Friday, 15 July 2011
V2P [4], Thin PC [4]
Thursday, 14 July 2011
More problems with Windows 2008-R2-Vista-7 security elevation
Thursday, 7 July 2011
!@#$%^ Windows stupid ownership / permissions changes in Vista/Server 2008
By way of more testing I have confirmed that if I give permissions on the folder to individual user accounts then all the permissions work. If I create my own group and make my administrative accounts members of that group and apply permissions for that group, they don’t work. It is like MS has forced a Deny full control by default to the Administrators group. You can have read only access but not full permissions unless those permissions are granted to individual user accounts only.
Wednesday, 6 July 2011
Windows Thin PC [3]
Tuesday, 5 July 2011
Windows Thin PC [2]
Windows Thin PC
Monday, 4 July 2011
How to fix Windows 7 logon error: “The Group Policy Client failed the logon. Access is denied.”
I have seen this particular error several times with Windows 7 and Vista and we are not helped by a lack of documentation from Microsoft for this problem.
In my case the most recent instance of this occurred when I had to drop and recreate a user account. The first time I got the error I tried deleting the local profile, deleting the server profile, giving the user administrative permissions on the laptop, you name it. In some instances instead of getting the above message the user would appear to log in as normal until “Preparing your desktop” then they would be logged out with no further explanation.
After a great deal of frustration I came across this helpful page and adapted the instructions to my situation and the problem is solved. Here is how I applied the steps:
- Start up Regedit on the affected computer
- Go to HKEY_USERS
- On the File menu click Load Hive
- Go to the folder of the affected profile and open NTUSER.DAT
- Name the new key e.g. Profile
- Right click this key and select Permissions
- Select Advanced
- Add the account of the user whose registry this is and give them Full Control and replace permissions for Child Objects with inherited permissions from this object.
- On the File menu click Unload Hive
- Close Regedit.
In this instance at Step 7 I found the SID of the previous user account had full control.
I still don’t have the foggiest idea why the new user account didn’t get the permissions assigned – how does this happen I have no idea. But it’s been a long day and time to go home.
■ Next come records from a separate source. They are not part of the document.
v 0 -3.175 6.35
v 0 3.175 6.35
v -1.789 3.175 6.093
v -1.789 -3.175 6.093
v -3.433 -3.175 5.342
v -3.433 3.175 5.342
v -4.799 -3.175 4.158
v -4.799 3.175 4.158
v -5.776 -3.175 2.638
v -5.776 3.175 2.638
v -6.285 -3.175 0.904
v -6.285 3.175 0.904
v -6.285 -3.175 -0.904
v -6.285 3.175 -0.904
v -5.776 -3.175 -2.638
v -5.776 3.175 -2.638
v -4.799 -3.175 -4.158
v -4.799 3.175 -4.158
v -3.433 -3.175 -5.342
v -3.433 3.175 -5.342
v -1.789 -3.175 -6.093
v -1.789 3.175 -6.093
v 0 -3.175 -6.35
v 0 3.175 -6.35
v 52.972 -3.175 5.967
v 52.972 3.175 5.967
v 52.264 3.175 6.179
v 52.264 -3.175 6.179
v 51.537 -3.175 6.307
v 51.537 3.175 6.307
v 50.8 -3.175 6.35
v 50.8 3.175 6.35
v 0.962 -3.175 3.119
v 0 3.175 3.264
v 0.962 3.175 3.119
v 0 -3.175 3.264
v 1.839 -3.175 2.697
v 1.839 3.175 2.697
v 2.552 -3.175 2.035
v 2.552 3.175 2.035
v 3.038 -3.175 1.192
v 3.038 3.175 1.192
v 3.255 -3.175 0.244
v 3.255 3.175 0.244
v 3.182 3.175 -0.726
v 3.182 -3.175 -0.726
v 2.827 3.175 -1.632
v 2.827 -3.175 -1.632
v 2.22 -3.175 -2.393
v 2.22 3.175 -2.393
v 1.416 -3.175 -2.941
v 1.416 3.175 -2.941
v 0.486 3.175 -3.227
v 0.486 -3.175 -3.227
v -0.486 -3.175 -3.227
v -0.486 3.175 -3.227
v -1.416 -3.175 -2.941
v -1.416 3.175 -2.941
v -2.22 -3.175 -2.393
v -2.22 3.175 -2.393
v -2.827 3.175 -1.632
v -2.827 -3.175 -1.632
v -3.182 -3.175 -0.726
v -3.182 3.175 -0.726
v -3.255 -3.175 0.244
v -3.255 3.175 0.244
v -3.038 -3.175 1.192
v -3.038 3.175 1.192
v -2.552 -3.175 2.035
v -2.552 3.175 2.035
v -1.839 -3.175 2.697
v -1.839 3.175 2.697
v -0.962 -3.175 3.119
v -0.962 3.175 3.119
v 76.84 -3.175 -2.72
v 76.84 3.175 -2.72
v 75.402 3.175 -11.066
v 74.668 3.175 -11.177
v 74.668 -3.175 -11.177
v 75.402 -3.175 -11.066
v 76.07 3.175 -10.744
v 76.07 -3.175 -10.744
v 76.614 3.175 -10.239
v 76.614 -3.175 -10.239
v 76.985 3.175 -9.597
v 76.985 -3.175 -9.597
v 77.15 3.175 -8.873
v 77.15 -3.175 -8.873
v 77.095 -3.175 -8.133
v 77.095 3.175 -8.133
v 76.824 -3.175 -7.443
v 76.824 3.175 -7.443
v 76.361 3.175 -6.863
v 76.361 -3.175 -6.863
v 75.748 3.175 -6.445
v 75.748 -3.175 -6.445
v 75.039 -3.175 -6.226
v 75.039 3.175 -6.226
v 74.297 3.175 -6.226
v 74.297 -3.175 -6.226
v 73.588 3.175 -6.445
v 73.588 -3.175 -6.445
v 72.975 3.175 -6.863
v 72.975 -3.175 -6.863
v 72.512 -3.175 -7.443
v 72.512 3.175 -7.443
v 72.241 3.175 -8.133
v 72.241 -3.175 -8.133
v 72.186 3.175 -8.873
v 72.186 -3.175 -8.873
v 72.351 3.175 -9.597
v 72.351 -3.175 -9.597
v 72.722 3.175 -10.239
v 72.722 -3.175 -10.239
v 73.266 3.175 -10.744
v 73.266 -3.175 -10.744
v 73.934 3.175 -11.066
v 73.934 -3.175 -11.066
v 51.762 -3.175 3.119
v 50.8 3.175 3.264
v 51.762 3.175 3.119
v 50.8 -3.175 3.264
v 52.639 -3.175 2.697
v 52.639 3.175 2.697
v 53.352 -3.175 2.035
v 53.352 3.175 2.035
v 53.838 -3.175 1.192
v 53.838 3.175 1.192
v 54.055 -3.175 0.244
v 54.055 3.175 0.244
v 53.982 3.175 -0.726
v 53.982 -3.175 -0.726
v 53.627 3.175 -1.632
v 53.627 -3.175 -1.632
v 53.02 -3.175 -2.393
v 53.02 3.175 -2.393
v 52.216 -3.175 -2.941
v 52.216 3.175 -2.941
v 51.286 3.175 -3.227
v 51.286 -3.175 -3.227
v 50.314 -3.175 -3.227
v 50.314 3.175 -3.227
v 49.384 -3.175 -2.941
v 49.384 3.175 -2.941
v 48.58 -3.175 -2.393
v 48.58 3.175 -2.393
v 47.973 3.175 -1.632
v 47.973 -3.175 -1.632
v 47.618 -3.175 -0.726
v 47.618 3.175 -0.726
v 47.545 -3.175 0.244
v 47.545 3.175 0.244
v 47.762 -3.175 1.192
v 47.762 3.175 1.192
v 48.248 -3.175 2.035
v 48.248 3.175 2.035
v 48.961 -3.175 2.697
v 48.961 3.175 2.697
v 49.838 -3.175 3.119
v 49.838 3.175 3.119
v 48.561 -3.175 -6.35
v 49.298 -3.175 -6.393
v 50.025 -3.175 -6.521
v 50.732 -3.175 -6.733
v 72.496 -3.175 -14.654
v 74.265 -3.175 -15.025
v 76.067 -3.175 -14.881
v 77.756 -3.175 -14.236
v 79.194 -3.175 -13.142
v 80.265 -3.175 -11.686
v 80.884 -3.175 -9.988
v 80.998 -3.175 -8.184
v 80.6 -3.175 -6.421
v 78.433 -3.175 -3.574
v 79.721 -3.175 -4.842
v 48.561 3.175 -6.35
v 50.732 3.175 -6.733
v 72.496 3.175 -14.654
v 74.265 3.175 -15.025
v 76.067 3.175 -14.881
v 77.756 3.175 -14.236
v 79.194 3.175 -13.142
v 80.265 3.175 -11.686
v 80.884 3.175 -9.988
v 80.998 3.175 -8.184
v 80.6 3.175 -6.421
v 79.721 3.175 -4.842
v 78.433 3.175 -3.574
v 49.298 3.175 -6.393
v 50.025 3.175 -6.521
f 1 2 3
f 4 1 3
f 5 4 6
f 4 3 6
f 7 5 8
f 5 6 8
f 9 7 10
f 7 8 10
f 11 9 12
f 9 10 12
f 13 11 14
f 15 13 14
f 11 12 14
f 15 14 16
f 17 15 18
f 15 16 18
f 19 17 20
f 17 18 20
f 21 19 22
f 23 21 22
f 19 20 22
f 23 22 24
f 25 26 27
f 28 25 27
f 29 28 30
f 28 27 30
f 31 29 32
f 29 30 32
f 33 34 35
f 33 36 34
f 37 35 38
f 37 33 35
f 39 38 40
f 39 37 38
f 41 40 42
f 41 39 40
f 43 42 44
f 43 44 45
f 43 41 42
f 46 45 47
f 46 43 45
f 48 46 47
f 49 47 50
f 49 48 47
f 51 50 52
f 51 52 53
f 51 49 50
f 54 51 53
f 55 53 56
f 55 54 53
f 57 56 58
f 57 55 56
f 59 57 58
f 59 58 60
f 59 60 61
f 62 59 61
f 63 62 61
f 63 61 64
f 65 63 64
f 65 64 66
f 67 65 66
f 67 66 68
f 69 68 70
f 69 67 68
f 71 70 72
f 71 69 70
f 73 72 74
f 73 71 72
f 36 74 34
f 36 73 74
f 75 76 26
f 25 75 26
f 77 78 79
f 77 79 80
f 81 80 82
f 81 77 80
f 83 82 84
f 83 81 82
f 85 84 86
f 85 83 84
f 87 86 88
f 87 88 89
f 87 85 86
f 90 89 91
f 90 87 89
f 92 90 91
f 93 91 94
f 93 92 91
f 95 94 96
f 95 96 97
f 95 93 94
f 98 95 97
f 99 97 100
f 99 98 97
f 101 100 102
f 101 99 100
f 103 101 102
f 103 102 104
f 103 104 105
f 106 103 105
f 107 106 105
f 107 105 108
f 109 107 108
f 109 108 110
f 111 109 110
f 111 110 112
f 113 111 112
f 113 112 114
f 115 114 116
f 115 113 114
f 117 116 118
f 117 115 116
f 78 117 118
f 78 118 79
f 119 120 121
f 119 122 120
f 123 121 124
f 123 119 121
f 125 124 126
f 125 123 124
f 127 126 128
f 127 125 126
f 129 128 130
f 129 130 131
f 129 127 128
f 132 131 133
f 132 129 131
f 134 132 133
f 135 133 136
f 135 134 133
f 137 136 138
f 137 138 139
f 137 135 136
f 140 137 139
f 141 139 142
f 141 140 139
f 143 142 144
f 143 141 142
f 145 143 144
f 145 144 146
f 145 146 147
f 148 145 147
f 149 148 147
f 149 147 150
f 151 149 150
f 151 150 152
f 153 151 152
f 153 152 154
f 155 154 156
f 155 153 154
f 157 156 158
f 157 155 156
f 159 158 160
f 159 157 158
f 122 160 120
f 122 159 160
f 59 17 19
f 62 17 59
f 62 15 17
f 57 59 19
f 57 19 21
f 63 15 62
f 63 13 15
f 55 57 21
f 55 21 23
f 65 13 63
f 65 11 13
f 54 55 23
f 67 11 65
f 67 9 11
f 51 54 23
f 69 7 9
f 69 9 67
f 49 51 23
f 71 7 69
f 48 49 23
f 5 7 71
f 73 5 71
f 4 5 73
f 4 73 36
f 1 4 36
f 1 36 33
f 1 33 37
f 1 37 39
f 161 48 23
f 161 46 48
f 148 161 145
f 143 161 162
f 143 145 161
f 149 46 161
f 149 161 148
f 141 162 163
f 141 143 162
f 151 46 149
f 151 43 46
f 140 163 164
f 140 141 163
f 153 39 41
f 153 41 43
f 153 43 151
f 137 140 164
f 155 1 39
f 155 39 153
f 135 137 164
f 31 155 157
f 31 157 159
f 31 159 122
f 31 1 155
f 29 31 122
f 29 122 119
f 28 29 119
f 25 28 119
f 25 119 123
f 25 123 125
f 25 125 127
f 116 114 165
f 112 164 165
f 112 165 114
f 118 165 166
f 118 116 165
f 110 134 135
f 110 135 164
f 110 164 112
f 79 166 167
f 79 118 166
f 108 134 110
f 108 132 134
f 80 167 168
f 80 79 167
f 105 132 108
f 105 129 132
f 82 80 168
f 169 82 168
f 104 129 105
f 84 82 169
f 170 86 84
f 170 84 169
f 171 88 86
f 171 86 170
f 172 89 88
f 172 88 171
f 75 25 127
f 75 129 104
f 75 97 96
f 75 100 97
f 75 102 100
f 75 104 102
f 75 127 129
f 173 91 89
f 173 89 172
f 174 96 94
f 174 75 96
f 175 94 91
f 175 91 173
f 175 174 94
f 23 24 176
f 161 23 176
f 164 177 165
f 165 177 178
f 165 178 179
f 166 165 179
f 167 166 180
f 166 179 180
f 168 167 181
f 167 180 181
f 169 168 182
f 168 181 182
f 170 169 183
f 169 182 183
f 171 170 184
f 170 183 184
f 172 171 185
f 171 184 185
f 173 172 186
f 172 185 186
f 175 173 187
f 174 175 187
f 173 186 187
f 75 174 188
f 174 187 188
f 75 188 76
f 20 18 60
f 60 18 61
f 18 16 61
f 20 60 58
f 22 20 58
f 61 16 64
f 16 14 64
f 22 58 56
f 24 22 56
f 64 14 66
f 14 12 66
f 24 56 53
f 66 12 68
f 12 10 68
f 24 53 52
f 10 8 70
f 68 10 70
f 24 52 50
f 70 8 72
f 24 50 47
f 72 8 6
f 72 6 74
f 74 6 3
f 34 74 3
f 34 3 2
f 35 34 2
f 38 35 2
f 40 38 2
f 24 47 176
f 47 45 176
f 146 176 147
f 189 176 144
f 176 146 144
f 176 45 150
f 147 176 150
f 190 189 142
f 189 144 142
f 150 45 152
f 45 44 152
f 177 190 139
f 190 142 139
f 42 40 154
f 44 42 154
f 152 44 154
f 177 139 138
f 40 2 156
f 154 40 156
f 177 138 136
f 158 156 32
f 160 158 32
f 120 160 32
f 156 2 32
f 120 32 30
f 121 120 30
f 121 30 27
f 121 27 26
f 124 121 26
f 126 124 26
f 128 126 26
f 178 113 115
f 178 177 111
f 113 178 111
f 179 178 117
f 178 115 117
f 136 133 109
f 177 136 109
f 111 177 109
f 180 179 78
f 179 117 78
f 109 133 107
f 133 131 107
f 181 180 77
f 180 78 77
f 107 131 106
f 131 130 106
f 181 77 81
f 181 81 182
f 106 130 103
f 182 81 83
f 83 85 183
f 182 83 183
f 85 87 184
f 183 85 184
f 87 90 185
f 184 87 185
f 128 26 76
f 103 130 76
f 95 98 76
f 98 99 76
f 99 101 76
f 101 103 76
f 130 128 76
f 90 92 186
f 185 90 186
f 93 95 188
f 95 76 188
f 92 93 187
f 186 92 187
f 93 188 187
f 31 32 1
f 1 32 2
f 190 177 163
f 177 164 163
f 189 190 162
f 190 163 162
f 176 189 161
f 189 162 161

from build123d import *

# Parameters (mm, degrees)
SKETCH1_R           = 3.2639
BOSS_EXTRUDE1_DEPTH = 3.175
BOSS_EXTRUDE2_START = -6.35
SKETCH3_R           = 2.4892
BOSS_EXTRUDE2_DEPTH = 6.35
FILLET2_R           = 6.35


with BuildPart() as part:
    # Sketch1 → Boss-Extrude1 (new, symmetric)
    with BuildSketch(Plane(origin=(0, 0, 0), x_dir=(1, 0, 0), z_dir=(0, 1, 0))):
        with BuildLine():
            Line((0, 6.35), (50.8, 6.35))
            ThreePointArc((50.8, 6.35), (57.15, 0), (50.8, -6.35))
            Line((50.8, -6.35), (0, -6.35))
            ThreePointArc((0, -6.35), (-6.35, 0), (0, 6.35))
        make_face()
        with Locations(Location((0, 0, 0), (0, 0, 270))):
            Circle(SKETCH1_R, mode=Mode.SUBTRACT)
        with Locations(Location((50.8, 0, 0), (0, 0, 270))):
            Circle(SKETCH1_R, mode=Mode.SUBTRACT)
    extrude(amount=BOSS_EXTRUDE1_DEPTH, both=True)

    # Sketch3 → Boss-Extrude2 (add)
    with BuildSketch(Plane.XZ.offset(3.175).offset(BOSS_EXTRUDE2_START)):
        with BuildLine():
            Line((76.840020478, -2.720263498), (52.97182791, 5.967048142))
            ThreePointArc((52.97182791, 5.967048142), (57.053529232, -1.102665928), (50.8, -6.35))
            Line((50.8, -6.35), (49.680323673, -6.35))
            Line((49.680323673, -6.35), (72.496364658, -14.654359782))
            ThreePointArc((72.496364658, -14.654359782), (80.63524071, -10.859139551), (76.840020478, -2.720263498))
        make_face()
        with Locations(Location((74.668192568, -8.68731164, 0), (0, 0, 270))):
            Circle(SKETCH3_R, mode=Mode.SUBTRACT)
    extrude(amount=BOSS_EXTRUDE2_DEPTH)

    # Fillet2
    fillet2_edges = [part.edges().sort_by_distance(p)[0] for p in [
        (49.680323673, 0, -6.35),
    ]]
    fillet(fillet2_edges, radius=FILLET2_R)


solid = part.part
FOOTNOTE: This all went well until I tried logging in the user on the Remote Desktop server – which picked up their new roaming profile, instead of the local one on their laptop (naturally), and threw the same error. To cut a long story short I had to repeat the steps on the server copy of the profile. Since this profile was created new, I don’t have any clue as to how the incorrect permissions got set in its NTUSER.DAT file.
Friday, 1 July 2011
Native VHD data integrity issues / V2P [3]
The first thing to say is we are now moving to implement all of our deployments which have been in VHD, to physical i.e. V2P. This includes all computers such as desktops, although being networked with users’ personal files redirected to network shares, they are not as critical as laptops which all have users stuff in the same VHD. Simply put we are finding with desktops that there is a higher incidence of boot failures with VHD indicating we are perhaps pushing the technology beyond what was expected of it.
However this doesn’t get away from the greatness of native VHD as an image development/build scenario because you can still do that development process based around native VHD and then deploy to physical. To do this is currently a two step process using ImageX, mount the VHD to a drive letter, capture it with ImageX, then apply the WIM to the target using ImageX. What I am hoping for in the future is that Microsoft will come to the fore and change ImageX to work directly with VHDs so we don’t have to have WIM and VHD versions of the same image.
I wrote further back that I had figured out that we only need to keep pre-sysprepped images and sysprep them on each machine at deployment. Now our remaining post sysprep images will be getting wiped soon so I have enough disk space to store the WIMs I have to make of the deployment VHDs.
Compared with our native VHD deployments to things like a computer suite it actually takes no more time to deploy with ImageX from a network share than it does with NativeVHD and you do save the time it takes to copy the WIM locally to the target platform by getting ImageX to pick it up from a network share and apply it at the same time, this therefore is the equivalent of the VHD copy to target stage. The rest of the steps take exactly the same time as they would for VHD. You run BCDBoot the same as you would for virtual except giving it a different drive letter perhaps. In due course I will have scripts set up to run all the various steps including the ImageX step maybe.
The good thing for us is that the same technologies are used to prepare VHDs for deployment as can be used with ImageX WIM images and therefore there is an easy transition between the two. As Microsoft have given us this great technology for image testing and development, since it really is only suitable for test environments, and since they have integrated capabilities to mount VHDs in Windows 7 and Server 2008 R2 GUI as well as command line (Diskpart), I am quite hopeful they will come to the party with ImageX enhanced to work directly with VHD so that these images can be deployed to physical as this is what ImageX does.